[Extracted data entries]
Content starts
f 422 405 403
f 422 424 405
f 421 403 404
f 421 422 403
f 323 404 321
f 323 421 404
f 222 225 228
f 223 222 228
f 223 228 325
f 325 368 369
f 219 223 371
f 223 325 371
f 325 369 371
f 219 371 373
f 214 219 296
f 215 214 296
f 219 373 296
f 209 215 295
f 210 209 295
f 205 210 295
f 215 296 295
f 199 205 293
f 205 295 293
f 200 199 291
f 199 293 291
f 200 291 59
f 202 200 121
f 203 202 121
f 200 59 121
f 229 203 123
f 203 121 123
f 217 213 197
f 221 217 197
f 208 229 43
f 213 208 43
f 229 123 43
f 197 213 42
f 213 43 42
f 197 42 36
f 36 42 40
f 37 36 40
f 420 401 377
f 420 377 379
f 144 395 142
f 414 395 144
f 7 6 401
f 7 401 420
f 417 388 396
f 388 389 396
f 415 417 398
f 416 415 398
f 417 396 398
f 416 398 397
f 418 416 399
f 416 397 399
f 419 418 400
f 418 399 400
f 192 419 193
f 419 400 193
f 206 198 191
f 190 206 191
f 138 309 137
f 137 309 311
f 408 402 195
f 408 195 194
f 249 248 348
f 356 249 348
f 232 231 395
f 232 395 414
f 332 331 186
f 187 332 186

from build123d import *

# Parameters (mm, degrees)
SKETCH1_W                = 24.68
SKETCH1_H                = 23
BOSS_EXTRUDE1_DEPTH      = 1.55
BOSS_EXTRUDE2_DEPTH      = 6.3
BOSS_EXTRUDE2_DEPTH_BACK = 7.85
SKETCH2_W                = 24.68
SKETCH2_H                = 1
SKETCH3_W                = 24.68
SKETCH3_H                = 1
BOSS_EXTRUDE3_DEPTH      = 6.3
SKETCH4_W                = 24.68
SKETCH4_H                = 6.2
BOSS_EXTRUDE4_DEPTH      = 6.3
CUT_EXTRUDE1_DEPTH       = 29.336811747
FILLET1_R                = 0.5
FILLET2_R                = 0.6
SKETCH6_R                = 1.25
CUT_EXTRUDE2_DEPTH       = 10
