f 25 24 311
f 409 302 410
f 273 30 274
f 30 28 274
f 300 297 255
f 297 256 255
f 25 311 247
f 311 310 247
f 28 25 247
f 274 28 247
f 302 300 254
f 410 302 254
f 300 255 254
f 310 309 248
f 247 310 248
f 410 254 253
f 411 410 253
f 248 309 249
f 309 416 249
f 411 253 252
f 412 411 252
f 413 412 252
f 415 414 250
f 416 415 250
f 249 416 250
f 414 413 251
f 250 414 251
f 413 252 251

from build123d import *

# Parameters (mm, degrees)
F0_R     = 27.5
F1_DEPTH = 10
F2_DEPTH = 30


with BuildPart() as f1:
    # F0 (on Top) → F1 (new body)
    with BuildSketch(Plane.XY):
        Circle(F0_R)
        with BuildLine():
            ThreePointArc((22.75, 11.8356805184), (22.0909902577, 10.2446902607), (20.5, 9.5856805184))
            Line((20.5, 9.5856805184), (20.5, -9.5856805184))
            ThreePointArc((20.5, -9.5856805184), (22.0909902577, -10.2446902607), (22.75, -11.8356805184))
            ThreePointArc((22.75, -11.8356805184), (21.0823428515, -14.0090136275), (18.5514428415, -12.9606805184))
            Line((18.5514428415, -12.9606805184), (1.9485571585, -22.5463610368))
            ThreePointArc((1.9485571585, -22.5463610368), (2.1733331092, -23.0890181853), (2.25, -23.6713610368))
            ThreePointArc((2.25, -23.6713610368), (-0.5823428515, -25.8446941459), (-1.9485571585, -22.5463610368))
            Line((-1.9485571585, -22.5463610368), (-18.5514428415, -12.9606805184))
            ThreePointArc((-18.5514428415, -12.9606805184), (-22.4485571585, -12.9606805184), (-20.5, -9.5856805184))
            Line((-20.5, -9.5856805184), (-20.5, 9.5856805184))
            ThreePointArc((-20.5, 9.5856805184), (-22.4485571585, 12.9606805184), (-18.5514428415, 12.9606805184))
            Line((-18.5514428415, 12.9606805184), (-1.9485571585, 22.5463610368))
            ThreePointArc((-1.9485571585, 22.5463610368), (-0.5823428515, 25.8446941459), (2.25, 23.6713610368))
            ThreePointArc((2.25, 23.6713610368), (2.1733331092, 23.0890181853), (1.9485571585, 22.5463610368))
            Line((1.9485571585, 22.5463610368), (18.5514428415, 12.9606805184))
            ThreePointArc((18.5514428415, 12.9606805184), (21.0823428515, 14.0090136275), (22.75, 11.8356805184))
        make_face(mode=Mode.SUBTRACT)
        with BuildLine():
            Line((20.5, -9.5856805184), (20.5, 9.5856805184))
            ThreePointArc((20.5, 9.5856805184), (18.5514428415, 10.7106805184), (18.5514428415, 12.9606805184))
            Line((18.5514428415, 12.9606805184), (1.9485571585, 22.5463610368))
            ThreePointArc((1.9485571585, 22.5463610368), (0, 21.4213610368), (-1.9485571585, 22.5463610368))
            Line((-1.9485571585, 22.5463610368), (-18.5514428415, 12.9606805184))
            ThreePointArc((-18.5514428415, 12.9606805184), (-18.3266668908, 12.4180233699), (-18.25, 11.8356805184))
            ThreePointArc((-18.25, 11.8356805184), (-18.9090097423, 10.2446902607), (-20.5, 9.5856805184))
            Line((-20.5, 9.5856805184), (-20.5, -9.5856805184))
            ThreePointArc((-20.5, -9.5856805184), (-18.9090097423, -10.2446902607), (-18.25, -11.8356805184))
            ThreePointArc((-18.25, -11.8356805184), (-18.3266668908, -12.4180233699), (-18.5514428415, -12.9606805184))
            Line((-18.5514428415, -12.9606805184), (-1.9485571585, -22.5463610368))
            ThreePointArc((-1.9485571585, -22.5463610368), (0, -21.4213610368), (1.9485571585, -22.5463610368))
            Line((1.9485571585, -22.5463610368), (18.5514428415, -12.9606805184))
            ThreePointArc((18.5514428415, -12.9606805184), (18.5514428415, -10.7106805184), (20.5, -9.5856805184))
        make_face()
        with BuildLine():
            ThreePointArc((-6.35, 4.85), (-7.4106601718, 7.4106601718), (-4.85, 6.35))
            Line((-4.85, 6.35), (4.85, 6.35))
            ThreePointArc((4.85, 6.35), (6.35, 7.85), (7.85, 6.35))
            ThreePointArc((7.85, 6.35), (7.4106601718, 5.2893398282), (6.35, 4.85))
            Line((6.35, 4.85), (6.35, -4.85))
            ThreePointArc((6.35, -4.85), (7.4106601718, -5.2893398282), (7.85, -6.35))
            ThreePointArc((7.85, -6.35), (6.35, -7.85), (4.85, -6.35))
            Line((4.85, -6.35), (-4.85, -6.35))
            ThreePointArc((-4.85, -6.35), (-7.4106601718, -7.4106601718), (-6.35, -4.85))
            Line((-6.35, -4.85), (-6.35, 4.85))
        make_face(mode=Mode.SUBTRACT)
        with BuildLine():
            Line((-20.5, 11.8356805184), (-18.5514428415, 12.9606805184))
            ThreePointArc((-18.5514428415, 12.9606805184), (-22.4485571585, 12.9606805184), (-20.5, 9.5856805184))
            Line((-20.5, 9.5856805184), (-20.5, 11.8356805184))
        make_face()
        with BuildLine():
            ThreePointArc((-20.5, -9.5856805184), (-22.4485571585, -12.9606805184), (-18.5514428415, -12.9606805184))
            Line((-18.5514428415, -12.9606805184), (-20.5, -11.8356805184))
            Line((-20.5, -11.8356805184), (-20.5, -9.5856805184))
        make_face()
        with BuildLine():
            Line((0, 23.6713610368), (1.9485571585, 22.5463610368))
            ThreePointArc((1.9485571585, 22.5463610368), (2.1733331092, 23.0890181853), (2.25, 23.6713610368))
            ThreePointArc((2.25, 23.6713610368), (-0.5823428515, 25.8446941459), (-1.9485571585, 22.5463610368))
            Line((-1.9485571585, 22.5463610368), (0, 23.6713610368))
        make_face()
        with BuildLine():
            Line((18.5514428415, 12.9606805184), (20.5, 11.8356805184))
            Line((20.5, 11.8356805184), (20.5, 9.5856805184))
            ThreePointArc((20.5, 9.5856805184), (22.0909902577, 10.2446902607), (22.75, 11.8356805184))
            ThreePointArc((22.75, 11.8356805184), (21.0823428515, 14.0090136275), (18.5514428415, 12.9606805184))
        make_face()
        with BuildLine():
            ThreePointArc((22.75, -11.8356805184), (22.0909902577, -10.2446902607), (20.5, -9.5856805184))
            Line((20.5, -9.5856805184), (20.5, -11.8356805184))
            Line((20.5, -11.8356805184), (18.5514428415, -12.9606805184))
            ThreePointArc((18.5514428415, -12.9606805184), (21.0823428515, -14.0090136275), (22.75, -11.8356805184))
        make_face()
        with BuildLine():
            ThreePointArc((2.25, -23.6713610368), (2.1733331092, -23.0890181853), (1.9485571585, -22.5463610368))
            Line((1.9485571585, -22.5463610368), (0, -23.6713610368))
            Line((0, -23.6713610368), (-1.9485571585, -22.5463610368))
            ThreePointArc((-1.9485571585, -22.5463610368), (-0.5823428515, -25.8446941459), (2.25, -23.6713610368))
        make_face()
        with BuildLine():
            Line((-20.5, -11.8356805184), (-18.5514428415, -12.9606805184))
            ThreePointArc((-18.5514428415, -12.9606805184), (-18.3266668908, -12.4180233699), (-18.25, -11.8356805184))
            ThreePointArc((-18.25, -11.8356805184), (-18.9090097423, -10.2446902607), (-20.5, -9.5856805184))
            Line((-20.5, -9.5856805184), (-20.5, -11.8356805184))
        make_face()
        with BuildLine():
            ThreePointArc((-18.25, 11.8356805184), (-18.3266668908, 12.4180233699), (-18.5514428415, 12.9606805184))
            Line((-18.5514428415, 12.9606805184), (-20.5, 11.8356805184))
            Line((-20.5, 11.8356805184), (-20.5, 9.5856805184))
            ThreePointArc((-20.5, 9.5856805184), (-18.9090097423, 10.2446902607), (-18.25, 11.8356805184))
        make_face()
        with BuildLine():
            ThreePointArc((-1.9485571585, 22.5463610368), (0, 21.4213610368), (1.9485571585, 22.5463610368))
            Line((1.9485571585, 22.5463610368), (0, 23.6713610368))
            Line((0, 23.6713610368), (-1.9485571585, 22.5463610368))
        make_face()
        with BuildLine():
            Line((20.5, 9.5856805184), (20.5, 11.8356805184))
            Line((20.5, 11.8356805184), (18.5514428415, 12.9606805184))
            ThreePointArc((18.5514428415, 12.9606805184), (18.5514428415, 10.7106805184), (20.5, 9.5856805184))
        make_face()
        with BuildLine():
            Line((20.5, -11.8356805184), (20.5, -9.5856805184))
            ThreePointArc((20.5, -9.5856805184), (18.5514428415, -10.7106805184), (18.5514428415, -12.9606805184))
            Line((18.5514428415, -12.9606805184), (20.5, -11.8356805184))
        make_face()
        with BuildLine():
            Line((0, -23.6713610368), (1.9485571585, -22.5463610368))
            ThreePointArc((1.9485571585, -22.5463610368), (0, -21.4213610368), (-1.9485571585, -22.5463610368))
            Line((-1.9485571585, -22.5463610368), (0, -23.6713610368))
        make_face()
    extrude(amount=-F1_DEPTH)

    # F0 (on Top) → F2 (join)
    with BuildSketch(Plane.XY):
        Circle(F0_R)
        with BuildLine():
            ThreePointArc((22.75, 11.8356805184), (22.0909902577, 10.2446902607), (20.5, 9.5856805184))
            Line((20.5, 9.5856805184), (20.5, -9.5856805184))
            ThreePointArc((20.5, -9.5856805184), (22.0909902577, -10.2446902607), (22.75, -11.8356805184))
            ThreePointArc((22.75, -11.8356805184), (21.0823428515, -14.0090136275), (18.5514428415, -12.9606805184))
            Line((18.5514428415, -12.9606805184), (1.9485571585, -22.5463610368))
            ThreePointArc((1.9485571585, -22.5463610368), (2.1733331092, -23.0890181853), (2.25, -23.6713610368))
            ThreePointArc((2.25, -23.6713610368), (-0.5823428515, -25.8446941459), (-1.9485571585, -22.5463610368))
Content ends
*What you will do*: Begin with the line above that has "-10.2446902607), (-18.25, -11.8356805184))" and continue through the line that has "-22.5463610368), (18.5514428415, -12.9606805184))", setting each one down exactly. Stop there.

*Exercise result*:
            ThreePointArc((-20.5, -9.5856805184), (-18.9090097423, -10.2446902607), (-18.25, -11.8356805184))
            ThreePointArc((-18.25, -11.8356805184), (-18.3266668908, -12.4180233699), (-18.5514428415, -12.9606805184))
            Line((-18.5514428415, -12.9606805184), (-1.9485571585, -22.5463610368))
            ThreePointArc((-1.9485571585, -22.5463610368), (0, -21.4213610368), (1.9485571585, -22.5463610368))
            Line((1.9485571585, -22.5463610368), (18.5514428415, -12.9606805184))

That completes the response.